Abstract

Abstract A set of eight genomic simple sequence repeat (SSR), 10 expressed sequences tag (EST)-derived SSR and 10 EST-derived single nucleotide polymorphism (SNP) markers were analyzed on two wild and three cultured Pacific oyster (Crassostrea gigas Thunberg) populations to access their applicability for population genetic studies. Genomic SSR markers were found to be the most polymorphic, with an average PIC value of 0.870, higher than EST–SSRs (0.721) and SNPs (0.346). The Nei's gene diversity (HE) per locus for the genomic SSRs ranged from 0.821 to 0.936 (mean HE = 0.882), while that of the EST–SSRs ranged from 0.624 to 0.825 (mean HE = 0.755) and that of the EST–SNPs ranged from 0.372 to 0.499 (mean HE = 0.448). No significant differences in the number of alleles, HE and PIC values were identified between the wild and cultured populations in terms of all three types of markers.

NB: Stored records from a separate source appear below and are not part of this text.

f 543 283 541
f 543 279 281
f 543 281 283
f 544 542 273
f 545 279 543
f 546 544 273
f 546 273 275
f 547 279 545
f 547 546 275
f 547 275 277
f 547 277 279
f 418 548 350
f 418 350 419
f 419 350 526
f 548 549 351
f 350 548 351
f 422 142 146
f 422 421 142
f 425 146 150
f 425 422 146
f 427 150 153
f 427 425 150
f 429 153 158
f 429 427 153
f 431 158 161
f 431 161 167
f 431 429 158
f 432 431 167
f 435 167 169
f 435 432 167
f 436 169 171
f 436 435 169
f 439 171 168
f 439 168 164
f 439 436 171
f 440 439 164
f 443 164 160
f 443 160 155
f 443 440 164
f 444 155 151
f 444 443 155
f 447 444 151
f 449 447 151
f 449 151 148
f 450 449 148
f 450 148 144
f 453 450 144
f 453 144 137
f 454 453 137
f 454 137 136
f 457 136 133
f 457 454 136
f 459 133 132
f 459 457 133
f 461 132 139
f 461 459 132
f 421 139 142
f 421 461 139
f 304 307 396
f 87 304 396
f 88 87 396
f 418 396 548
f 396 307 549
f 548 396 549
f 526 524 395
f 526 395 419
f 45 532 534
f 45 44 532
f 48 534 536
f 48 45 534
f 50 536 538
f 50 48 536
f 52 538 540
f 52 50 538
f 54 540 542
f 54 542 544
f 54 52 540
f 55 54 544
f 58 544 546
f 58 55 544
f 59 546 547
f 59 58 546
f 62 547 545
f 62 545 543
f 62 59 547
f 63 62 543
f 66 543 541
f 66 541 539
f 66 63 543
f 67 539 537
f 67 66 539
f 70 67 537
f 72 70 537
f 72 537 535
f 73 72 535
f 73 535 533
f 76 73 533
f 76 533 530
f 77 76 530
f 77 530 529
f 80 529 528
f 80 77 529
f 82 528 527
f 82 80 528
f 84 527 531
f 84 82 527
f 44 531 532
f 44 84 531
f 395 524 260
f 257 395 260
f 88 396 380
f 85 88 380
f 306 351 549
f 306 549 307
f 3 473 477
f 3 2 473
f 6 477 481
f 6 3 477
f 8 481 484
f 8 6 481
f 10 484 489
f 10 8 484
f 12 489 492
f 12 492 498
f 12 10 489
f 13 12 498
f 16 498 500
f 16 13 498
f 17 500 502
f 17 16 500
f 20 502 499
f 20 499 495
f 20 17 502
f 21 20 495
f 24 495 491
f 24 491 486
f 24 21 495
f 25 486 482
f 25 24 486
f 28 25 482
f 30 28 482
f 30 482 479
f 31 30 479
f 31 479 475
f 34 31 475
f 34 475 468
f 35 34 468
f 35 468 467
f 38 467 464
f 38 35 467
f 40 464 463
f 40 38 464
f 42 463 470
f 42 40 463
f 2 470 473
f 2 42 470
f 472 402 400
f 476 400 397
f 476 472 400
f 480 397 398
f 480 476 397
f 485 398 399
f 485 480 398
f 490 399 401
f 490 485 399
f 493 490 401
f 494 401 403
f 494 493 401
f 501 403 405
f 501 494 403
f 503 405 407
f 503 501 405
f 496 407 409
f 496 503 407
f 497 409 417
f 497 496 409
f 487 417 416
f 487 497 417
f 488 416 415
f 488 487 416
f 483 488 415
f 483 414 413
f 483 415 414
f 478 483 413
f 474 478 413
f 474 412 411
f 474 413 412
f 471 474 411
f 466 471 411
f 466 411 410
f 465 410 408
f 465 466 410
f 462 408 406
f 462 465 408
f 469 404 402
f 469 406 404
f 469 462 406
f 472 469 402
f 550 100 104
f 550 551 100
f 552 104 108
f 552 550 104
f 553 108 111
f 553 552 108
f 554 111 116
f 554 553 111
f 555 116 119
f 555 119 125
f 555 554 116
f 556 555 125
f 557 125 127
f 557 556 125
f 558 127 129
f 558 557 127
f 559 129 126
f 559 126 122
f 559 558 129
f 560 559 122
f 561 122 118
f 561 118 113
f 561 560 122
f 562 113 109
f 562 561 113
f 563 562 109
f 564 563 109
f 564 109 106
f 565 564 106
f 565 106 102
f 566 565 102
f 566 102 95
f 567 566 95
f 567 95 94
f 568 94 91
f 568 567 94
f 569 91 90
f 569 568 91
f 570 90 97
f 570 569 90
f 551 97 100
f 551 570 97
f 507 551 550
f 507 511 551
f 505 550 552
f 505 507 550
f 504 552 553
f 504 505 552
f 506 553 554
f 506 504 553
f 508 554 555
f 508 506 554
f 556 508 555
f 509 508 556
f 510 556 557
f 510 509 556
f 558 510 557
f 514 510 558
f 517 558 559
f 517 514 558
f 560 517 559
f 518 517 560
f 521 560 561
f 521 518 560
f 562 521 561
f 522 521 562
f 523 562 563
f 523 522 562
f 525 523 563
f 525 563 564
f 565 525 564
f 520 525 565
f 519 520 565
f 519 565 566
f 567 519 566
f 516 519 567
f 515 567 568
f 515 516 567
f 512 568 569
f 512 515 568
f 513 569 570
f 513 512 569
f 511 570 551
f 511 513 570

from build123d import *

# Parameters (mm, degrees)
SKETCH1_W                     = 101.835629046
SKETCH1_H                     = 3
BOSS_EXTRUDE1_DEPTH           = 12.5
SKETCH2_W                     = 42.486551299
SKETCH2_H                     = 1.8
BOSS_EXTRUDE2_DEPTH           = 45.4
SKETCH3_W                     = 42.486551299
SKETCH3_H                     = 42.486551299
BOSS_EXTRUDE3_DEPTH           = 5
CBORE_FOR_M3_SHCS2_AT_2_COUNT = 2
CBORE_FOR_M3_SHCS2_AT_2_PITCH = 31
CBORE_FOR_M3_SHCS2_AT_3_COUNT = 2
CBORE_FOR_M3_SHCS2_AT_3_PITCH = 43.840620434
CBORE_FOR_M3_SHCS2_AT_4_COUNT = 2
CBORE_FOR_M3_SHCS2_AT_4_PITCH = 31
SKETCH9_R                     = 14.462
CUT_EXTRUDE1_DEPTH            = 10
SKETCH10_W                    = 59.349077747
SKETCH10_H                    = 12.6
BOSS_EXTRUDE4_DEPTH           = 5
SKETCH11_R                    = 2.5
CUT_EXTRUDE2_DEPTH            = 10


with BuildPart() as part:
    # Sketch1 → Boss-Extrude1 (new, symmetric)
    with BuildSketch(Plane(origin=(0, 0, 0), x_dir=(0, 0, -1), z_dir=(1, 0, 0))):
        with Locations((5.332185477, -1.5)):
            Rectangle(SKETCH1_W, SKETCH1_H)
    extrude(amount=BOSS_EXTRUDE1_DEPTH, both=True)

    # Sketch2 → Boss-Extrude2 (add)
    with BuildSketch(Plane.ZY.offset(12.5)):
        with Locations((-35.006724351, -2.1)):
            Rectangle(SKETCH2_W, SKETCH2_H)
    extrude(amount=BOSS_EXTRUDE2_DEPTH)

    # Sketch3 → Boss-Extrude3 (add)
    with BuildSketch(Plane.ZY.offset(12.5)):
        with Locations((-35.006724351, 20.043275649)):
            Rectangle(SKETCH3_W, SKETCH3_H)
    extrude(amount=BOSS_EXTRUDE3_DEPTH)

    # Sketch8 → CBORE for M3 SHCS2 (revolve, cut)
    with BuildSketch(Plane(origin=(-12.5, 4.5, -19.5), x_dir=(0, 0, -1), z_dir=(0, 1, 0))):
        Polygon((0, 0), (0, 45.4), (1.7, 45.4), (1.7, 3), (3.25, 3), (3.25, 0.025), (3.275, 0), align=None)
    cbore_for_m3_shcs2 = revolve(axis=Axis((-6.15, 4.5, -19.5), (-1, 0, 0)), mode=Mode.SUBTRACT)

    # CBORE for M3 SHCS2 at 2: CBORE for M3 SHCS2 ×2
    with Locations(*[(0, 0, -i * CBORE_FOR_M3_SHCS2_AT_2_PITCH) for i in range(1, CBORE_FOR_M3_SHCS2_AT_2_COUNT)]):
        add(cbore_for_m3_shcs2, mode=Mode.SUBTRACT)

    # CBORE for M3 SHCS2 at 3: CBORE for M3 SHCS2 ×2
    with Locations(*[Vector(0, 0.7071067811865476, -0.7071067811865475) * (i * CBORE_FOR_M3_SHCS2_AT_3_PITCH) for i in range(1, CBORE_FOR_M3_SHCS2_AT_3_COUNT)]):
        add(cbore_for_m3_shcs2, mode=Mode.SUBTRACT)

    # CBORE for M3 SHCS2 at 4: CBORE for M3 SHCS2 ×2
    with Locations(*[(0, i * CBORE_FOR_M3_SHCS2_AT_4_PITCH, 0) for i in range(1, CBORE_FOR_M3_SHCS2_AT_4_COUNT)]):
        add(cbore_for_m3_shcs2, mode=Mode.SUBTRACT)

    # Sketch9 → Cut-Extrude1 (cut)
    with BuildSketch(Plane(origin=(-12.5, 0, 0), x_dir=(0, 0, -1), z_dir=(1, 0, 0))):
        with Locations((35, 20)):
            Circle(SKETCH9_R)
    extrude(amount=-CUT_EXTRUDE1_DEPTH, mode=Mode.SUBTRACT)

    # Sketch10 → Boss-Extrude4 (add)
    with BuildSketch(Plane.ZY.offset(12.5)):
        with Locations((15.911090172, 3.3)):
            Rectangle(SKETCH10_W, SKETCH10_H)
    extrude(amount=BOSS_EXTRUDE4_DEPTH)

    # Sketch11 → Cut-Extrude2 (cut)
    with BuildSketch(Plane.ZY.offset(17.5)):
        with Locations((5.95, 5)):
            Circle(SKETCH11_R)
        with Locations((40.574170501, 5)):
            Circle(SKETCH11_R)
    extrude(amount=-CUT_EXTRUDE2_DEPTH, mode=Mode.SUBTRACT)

The effective marker index (EMI) was the highest (0.653) for the genomic SSR markers and the lowest (0.346) for the SNP markers, while the EST–SSR markers had an intermediate EMI (0.541). Comparable population pairwise estimates of FST were obtained for all marker types, but while the absolute values for the genomic and EST–SSRs were similar (FST = 0.041 and 0.032, respectively), the differentiation level was higher for EST–SNPs in pairwise and global comparisons (global EST–SNPs FST = 0.077). The dendrogram of the combined dataset, based on the shared-allele distance among populations, classified the wild and cultured population into two major clusters. Our results suggest 1) that genomic SSRs and EST–SSRs are more suitable for routine genetic diversity analysis than are EST–SNPs, and 2) that EST–SSR markers represent a useful addition to the tools available for population genetic analysis, particularly for aquaculture species with existing EST databases.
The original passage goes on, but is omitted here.